L’hypothèse Saphir-Whorf affirme que la langue définit notre façon de voir le monde et de réfléchir. Cette hypothèse a été testée plusieurs fois. Le linguiste Jules Davidoff a par exemple étudié la perception des couleurs chez les Himbas, un peuple du nord de la Namibie. Dans cette langue, il n’y a aucune différence entre le bleu et le vert. Il apparaît que le fait de ne pas avoir de mot différent change la perception des Himbas de ces couleurs. En effet, lors de l’expérience, ils.elles étaient incapables de distinguer le carré bleu des neuf carrés verts, alors qu’à l’inverse, ils.elles distinguaient beaucoup mieux les nuances de vert, ayant des mots pour les désigner.

Cette expérience prouve ainsi la corrélation entre la langue que l’on parle et notre perception du monde. Des exemples fictionnels se sont également basés sur cette idée, comme la novlangue dans le roman dystopique 1984 de Georges Orwell, qui suit la logique selon laquelle réduire notre champ de vocabulaire réduirait en conséquence notre champ de pensée.

Réduire les inégalités en changeant notre langage

En arrêtant d’invisibiliser les femmes par le langage, nous contribuons à la réduction des inégalités et à rétablir la parité. De même, une langue genrée, telle que le français, va imposer une vision binaire femme/homme de la société, ce qui en exclut alors les personnes non-binaires. L’inclusif recommande l’utilisation de mots neutres, non genrés, qui peuvent s’appliquer à toutes les personnes en fonction de leur préférence. Des néologismes neutres comme « auteurice » ou le pronom « iel » sont ainsi de plus en plus utilisés, notamment dans les milieux queer.

Il serait donc cohérent que les associations, les universités, les organismes, ou même les individus qui s’engagent à leur échelle dans un combat pour les droits humains et le respect de tou.te.s utilisent l’écriture inclusive, afin d’être en accord avec les valeurs qu’ils.elles prônent.

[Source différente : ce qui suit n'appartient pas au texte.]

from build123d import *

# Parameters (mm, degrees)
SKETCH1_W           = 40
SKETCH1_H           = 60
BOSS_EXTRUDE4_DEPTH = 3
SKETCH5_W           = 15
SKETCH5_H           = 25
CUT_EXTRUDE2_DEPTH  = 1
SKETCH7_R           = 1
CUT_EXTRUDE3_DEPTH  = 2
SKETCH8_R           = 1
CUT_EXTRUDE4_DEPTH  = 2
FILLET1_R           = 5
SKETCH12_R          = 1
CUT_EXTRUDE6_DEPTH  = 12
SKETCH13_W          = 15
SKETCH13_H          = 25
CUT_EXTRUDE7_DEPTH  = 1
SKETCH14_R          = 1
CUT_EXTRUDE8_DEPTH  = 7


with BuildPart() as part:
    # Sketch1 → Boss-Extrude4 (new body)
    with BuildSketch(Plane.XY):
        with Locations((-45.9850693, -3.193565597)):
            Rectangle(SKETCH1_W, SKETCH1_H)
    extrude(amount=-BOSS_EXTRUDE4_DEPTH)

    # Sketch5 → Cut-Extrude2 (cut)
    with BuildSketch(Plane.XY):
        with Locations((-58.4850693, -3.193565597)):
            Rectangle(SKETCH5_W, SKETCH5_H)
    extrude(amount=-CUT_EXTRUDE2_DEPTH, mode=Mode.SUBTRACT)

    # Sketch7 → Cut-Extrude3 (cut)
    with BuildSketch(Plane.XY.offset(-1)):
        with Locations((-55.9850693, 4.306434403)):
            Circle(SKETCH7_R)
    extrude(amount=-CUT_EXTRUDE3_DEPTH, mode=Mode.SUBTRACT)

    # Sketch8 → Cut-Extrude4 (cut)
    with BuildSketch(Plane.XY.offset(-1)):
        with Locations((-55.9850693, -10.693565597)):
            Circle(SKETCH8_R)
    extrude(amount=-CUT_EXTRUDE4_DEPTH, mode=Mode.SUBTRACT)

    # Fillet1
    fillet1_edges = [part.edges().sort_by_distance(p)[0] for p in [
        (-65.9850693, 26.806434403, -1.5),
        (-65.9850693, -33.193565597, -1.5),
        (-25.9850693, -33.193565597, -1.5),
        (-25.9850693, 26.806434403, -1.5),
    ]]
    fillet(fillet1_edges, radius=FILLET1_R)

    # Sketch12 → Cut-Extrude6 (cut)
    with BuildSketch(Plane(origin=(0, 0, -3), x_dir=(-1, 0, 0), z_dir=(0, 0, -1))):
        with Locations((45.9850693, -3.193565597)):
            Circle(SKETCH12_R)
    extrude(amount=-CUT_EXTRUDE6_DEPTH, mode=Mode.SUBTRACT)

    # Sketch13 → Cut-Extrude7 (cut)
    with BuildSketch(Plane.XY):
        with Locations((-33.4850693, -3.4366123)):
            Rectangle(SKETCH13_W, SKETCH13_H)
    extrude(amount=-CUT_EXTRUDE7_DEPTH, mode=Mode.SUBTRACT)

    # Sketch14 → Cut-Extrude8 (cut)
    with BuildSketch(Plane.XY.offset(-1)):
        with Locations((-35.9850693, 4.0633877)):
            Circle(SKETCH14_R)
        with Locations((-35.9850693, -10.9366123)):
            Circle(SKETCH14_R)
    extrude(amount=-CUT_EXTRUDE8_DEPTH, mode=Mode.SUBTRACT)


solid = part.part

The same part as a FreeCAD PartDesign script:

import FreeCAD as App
import Part
import Sketcher


def edges_at(feature, points):
    """Names of the edges that pass closest to the given points."""
    edges = feature.Shape.Edges
    near = lambda p: min(range(len(edges)), key=lambda i: edges[i].distToShape(Part.Vertex(*p))[0])
    return sorted({f"Edge{near(p) + 1}" for p in points})


def add_polygon(sketch, points):
    """Adds a closed chain of lines whose ends are joined by coincident constraints."""
    first, n = sketch.GeometryCount, len(points)
    for a, b in zip(points, points[1:] + points[:1]):
        sketch.addGeometry(Part.LineSegment(App.Vector(*a, 0), App.Vector(*b, 0)), False)
    for i in range(n):
        sketch.addConstraint(Sketcher.Constraint("Coincident", first + i, 2, first + (i + 1) % n, 1))

doc = App.newDocument("Part")
body = doc.addObject("PartDesign::Body", "Body")

sketch1 = body.newObject("Sketcher::SketchObject", "Sketch")
sketch1.AttachmentSupport = (doc.getObject("XY_Plane"), [""])
sketch1.MapMode = "FlatFace"
add_polygon(sketch1, [(-66, 27), (-66, -33), (-26, -33), (-26, 27)])
sketch1.addConstraint(Sketcher.Constraint("Vertical", 0))
sketch1.addConstraint(Sketcher.Constraint("Horizontal", 1))
sketch1.addConstraint(Sketcher.Constraint("Vertical", 2))
sketch1.addConstraint(Sketcher.Constraint("Horizontal", 3))
sketch1.addConstraint(Sketcher.Constraint("DistanceX", 1, 1, 1, 2, 40.0))
sketch1.addConstraint(Sketcher.Constraint("DistanceY", 0, 2, 0, 1, 60.0))
sketch1.addConstraint(Sketcher.Constraint("DistanceX", 0, 2, -1, 1, 65.985069))
sketch1.addConstraint(Sketcher.Constraint("DistanceY", 0, 2, -1, 1, 33.193566))
pad1 = body.newObject("PartDesign::Pad", "Pad")
pad1.Profile = sketch1
pad1.Length = 3
pad1.Reversed = True

sketch2 = body.newObject("Sketcher::SketchObject", "Sketch001")
sketch2.AttachmentSupport = (doc.getObject("XY_Plane"), [""])
sketch2.MapMode = "FlatFace"
add_polygon(sketch2, [(-66, 9), (-66, -16), (-51, -16), (-51, 9)])
sketch2.addConstraint(Sketcher.Constraint("Vertical", 0))
sketch2.addConstraint(Sketcher.Constraint("Horizontal", 1))
sketch2.addConstraint(Sketcher.Constraint("Vertical", 2))
sketch2.addConstraint(Sketcher.Constraint("Horizontal", 3))
sketch2.addConstraint(Sketcher.Constraint("DistanceX", 1, 1, 1, 2, 15.0))
sketch2.addConstraint(Sketcher.Constraint("DistanceY", 0, 2, 0, 1, 25.0))
sketch2.addConstraint(Sketcher.Constraint("DistanceX", 0, 2, -1, 1, 65.985069))
sketch2.addConstraint(Sketcher.Constraint("DistanceY", 0, 2, -1, 1, 15.693566))
pocket1 = body.newObject("PartDesign::Pocket", "Pocket")
pocket1.Profile = sketch2
pocket1.Length = 1

sketch3 = body.newObject("Sketcher::SketchObject", "Sketch002")
sketch3.AttachmentSupport = (doc.getObject("XY_Plane"), [""])
sketch3.MapMode = "FlatFace"
sketch3.AttachmentOffset = App.Placement(App.Vector(0, 0, -1), App.Rotation())
sketch3.addGeometry(Part.Circle(App.Vector(-56, 4.3, 0), App.Vector(0, 0, 1), 1), False)
sketch3.addConstraint(Sketcher.Constraint("Diameter", 0, 2.0))
sketch3.addConstraint(Sketcher.Constraint("DistanceX", 0, 3, -1, 1, 55.985069))
sketch3.addConstraint(Sketcher.Constraint("DistanceY", -1, 1, 0, 3, 4.306434))
pocket2 = body.newObject("PartDesign::Pocket", "Pocket001")
pocket2.Profile = sketch3
pocket2.Length = 2

sketch4 = body.newObject("Sketcher::SketchObject", "Sketch003")
sketch4.AttachmentSupport = (doc.getObject("XY_Plane"), [""])
sketch4.MapMode = "FlatFace"
sketch4.AttachmentOffset = App.Placement(App.Vector(0, 0, -1), App.Rotation())
sketch4.addGeometry(Part.Circle(App.Vector(-56, -10.7, 0), App.Vector(0, 0, 1), 1), False)
sketch4.addConstraint(Sketcher.Constraint("Diameter", 0, 2.0))
sketch4.addConstraint(Sketcher.Constraint("DistanceX", 0, 3, -1, 1, 55.985069))
sketch4.addConstraint(Sketcher.Constraint("DistanceY", 0, 3, -1, 1, 10.693566))
pocket3 = body.newObject("PartDesign::Pocket", "Pocket002")
pocket3.Profile = sketch4
pocket3.Length = 2
doc.recompute()

fillet = body.newObject("PartDesign::Fillet", "Fillet")
fillet.Base = (pocket3, edges_at(pocket3, [
    (-65.985, 26.806, -1.5),
    (-65.985, -33.194, -1.5),
    (-25.985, -33.194, -1.5),
    (-25.985, 26.806, -1.5),
]))
fillet.Radius = 5

sketch5 = body.newObject("Sketcher::SketchObject", "Sketch004")
sketch5.AttachmentSupport = (doc.getObject("XY_Plane"), [""])
sketch5.MapMode = "FlatFace"
sketch5.AttachmentOffset = App.Placement(App.Vector(0, 0, -3), App.Rotation())
sketch5.addGeometry(Part.Circle(App.Vector(-46, -3.2, 0), App.Vector(0, 0, 1), 1), False)
sketch5.addConstraint(Sketcher.Constraint("Diameter", 0, 2.0))
sketch5.addConstraint(Sketcher.Constraint("DistanceX", 0, 3, -1, 1, 45.985069))
sketch5.addConstraint(Sketcher.Constraint("DistanceY", 0, 3, -1, 1, 3.193566))
pocket4 = body.newObject("PartDesign::Pocket", "Pocket003")
pocket4.Profile = sketch5
pocket4.Length = 12
pocket4.Reversed = True

sketch6 = body.newObject("Sketcher::SketchObject", "Sketch005")
sketch6.AttachmentSupport = (doc.getObject("XY_Plane"), [""])
sketch6.MapMode = "FlatFace"
add_polygon(sketch6, [(-41, 9), (-41, -16), (-26, -16), (-26, 9)])
sketch6.addConstraint(Sketcher.Constraint("Vertical", 0))
sketch6.addConstraint(Sketcher.Constraint("Horizontal", 1))
sketch6.addConstraint(Sketcher.Constraint("Vertical", 2))
sketch6.addConstraint(Sketcher.Constraint("Horizontal", 3))
sketch6.addConstraint(Sketcher.Constraint("DistanceX", 1, 1, 1, 2, 15.0))
sketch6.addConstraint(Sketcher.Constraint("DistanceY", 0, 2, 0, 1, 25.0))
sketch6.addConstraint(Sketcher.Constraint("DistanceX", 0, 2, -1, 1, 40.985069))
sketch6.addConstraint(Sketcher.Constraint("DistanceY", 0, 2, -1, 1, 15.936612))
pocket5 = body.newObject("PartDesign::Pocket", "Pocket004")
pocket5.Profile = sketch6
pocket5.Length = 1

sketch7 = body.newObject("Sketcher::SketchObject", "Sketch006")
sketch7.AttachmentSupport = (doc.getObject("XY_Plane"), [""])
sketch7.MapMode = "FlatFace"
sketch7.AttachmentOffset = App.Placement(App.Vector(0, 0, -1), App.Rotation())
sketch7.addGeometry(Part.Circle(App.Vector(-36, 4.1, 0), App.Vector(0, 0, 1), 1), False)
sketch7.addGeometry(Part.Circle(App.Vector(-36, -10.9, 0), App.Vector(0, 0, 1), 1), False)
sketch7.addConstraint(Sketcher.Constraint("Equal", 0, 1))
sketch7.addConstraint(Sketcher.Constraint("Vertical", 0, 3, 1, 3))
sketch7.addConstraint(Sketcher.Constraint("Diameter", 0, 2.0))
sketch7.addConstraint(Sketcher.Constraint("DistanceY", 1, 3, 0, 3, 15.0))
sketch7.addConstraint(Sketcher.Constraint("DistanceX", 0, 3, -1, 1, 35.985069))
sketch7.addConstraint(Sketcher.Constraint("DistanceY", -1, 1, 0, 3, 4.063388))
pocket6 = body.newObject("PartDesign::Pocket", "Pocket005")
pocket6.Profile = sketch7
pocket6.Length = 7

doc.recompute()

Il est important de participer à la diffusion et à la normalisation de cette écriture, encore trop peu utilisée de nos jours.

Bien sûr, modifier la langue française ne va pas détruire le patriarcat du jour au lendemain, mais hiérarchiser les combats féministes est inutile. L’écriture inclusive peut avoir une influence sur les mentalités. Il est ainsi logique de vouloir la modifier dans une optique de déconstruction des stéréotypes de genre et donc d’avancée pour l’égalité des sexes, car comme l’affirme la philosophe féministe Monique Wittig, « le langage projette des faisceaux de réalité sur le corps social ».